------ The data ------

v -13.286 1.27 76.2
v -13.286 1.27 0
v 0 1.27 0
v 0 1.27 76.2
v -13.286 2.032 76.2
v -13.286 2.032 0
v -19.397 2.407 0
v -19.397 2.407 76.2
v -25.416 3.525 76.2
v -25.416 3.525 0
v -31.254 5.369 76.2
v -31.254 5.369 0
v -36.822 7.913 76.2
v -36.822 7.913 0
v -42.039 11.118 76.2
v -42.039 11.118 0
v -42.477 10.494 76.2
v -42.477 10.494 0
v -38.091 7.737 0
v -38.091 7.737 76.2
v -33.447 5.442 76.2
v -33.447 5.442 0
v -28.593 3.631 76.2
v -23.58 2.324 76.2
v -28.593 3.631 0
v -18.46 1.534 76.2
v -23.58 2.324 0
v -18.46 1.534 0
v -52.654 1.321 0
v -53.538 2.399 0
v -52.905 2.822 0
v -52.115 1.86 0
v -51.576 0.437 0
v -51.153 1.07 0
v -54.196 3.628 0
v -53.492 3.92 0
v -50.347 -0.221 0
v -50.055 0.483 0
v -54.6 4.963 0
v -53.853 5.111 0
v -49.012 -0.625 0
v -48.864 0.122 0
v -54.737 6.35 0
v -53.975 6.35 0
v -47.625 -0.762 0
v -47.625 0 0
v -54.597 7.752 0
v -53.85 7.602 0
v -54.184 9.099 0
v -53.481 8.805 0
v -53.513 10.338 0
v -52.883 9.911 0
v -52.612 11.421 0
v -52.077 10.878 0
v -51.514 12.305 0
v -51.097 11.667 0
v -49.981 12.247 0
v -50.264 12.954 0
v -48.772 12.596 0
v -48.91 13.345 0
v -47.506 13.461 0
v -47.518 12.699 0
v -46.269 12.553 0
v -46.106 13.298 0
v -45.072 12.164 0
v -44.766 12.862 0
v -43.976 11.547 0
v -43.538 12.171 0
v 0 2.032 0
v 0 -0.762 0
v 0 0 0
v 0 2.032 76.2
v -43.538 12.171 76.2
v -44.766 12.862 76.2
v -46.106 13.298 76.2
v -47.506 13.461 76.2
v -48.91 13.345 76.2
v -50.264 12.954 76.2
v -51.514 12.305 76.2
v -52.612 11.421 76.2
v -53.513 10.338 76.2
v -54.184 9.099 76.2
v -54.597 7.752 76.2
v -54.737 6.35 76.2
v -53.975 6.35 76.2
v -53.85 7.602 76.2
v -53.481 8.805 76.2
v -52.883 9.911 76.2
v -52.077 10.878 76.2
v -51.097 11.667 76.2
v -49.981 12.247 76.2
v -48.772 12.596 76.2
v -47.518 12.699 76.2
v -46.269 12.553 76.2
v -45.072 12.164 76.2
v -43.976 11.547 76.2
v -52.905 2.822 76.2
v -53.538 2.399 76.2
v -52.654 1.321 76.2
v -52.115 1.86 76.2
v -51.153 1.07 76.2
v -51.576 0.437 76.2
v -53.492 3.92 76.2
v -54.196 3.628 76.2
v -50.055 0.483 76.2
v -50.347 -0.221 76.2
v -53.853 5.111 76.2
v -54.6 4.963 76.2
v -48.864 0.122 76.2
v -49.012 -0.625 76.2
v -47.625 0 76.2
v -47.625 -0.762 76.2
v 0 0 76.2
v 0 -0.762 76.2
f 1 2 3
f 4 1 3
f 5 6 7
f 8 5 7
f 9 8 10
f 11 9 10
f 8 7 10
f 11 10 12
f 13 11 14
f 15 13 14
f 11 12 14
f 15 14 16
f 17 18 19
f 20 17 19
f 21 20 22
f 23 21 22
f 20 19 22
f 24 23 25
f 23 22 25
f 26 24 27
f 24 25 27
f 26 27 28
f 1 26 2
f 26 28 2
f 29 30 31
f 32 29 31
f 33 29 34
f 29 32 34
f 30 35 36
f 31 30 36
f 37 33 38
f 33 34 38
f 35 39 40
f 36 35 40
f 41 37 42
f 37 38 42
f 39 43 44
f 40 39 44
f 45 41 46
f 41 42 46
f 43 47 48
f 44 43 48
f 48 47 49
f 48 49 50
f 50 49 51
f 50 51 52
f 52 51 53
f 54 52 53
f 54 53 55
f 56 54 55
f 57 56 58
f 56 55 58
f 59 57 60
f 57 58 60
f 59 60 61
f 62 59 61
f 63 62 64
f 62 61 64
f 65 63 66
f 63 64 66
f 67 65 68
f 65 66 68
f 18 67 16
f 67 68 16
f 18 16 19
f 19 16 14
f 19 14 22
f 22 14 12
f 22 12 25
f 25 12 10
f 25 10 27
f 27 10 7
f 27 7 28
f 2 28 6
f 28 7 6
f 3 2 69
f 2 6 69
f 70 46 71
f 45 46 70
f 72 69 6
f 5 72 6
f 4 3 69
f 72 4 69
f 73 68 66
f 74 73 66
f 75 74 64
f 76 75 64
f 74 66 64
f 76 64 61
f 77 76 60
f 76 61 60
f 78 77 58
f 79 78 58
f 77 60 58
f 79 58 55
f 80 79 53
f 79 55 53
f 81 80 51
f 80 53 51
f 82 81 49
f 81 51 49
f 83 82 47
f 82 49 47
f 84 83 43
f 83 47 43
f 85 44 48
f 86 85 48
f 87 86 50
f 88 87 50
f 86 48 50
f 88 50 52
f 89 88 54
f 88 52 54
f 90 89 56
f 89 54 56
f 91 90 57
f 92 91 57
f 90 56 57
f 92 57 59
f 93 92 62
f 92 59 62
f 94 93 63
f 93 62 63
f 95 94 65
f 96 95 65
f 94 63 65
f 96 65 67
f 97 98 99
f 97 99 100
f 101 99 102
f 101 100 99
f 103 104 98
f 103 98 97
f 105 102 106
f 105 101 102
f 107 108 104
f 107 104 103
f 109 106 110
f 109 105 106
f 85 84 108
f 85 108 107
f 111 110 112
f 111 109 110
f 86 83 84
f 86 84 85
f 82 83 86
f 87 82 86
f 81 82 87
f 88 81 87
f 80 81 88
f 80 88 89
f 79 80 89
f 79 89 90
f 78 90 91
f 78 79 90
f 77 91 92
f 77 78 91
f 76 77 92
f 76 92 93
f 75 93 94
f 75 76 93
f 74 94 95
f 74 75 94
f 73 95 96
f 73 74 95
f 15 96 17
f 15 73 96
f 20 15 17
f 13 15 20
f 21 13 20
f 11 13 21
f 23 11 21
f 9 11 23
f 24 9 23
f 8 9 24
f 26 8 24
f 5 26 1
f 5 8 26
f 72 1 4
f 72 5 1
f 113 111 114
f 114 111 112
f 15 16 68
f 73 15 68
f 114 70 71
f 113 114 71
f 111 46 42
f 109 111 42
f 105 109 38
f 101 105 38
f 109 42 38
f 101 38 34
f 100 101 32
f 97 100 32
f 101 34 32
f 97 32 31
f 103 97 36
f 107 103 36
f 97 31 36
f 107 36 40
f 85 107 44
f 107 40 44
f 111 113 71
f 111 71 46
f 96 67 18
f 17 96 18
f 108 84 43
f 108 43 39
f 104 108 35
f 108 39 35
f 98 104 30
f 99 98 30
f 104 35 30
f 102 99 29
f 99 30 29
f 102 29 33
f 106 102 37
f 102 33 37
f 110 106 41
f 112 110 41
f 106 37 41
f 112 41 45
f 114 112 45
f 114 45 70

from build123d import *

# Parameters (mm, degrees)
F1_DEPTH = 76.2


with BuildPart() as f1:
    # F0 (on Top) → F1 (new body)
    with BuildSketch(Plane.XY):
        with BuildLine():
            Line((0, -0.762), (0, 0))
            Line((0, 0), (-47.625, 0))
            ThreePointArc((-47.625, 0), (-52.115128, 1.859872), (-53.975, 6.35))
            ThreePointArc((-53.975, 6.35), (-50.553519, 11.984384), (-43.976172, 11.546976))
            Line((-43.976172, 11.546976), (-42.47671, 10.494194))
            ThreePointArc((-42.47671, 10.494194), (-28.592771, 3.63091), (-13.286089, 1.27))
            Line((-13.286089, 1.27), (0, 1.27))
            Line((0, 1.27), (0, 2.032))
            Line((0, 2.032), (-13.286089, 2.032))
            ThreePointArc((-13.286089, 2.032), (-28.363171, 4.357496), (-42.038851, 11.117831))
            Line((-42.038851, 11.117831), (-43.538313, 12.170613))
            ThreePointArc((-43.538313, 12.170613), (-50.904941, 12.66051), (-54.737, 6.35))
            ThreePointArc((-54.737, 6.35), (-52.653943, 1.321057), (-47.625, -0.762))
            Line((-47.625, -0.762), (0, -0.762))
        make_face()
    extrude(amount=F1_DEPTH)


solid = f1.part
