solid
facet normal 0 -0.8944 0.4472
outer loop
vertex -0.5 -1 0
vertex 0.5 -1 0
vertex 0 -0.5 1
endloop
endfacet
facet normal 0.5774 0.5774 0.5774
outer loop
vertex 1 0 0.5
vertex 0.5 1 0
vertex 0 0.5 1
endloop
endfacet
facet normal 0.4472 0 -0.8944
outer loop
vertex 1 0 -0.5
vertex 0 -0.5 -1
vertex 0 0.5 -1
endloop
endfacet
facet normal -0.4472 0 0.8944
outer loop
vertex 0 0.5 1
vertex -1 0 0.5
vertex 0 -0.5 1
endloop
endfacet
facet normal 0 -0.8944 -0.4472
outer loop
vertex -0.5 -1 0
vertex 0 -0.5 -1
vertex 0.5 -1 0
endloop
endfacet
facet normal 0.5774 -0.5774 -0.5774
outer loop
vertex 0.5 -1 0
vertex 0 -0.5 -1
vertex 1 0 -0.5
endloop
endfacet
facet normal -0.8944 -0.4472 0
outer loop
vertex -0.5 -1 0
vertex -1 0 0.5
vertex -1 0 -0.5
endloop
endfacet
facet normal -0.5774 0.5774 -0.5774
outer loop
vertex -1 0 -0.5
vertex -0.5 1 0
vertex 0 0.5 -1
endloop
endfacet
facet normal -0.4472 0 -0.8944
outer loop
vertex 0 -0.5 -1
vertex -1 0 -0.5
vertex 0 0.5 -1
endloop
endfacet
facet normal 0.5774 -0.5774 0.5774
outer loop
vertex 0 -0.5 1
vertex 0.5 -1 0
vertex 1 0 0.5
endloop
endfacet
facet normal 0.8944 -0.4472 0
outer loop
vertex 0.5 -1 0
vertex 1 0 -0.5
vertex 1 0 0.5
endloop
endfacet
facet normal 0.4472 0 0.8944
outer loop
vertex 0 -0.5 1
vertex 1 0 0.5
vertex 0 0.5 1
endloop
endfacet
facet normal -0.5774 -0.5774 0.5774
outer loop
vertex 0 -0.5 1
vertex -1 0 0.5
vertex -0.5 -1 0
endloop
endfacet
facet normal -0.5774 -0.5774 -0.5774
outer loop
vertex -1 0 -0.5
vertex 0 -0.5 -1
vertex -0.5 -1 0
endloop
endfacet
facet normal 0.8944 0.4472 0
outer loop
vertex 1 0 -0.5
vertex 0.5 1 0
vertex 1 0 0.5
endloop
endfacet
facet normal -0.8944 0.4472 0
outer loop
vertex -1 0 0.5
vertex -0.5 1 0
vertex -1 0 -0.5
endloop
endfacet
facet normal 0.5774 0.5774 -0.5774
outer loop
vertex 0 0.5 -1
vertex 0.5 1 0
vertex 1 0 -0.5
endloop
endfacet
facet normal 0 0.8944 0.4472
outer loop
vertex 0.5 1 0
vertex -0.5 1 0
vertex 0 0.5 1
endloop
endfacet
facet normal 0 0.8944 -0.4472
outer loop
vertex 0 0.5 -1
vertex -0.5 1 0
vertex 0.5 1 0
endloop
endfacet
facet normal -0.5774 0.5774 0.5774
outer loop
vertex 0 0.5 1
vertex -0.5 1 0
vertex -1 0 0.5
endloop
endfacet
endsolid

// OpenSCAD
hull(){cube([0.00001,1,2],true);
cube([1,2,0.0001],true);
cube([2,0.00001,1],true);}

------

Action item = Could you transcribe the entries above word for word, from the line with "f 109 111 42" down to the line with "f 114 45 70", keeping both?

Exercise solution =
f 109 111 42
f 105 109 38
f 101 105 38
f 109 42 38
f 101 38 34
f 100 101 32
f 97 100 32
f 101 34 32
f 97 32 31
f 103 97 36
f 107 103 36
f 97 31 36
f 107 36 40
f 85 107 44
f 107 40 44
f 111 113 71
f 111 71 46
f 96 67 18
f 17 96 18
f 108 84 43
f 108 43 39
f 104 108 35
f 108 39 35
f 98 104 30
f 99 98 30
f 104 35 30
f 102 99 29
f 99 30 29
f 102 29 33
f 106 102 37
f 102 33 37
f 110 106 41
f 112 110 41
f 106 37 41
f 112 41 45
f 114 112 45
f 114 45 70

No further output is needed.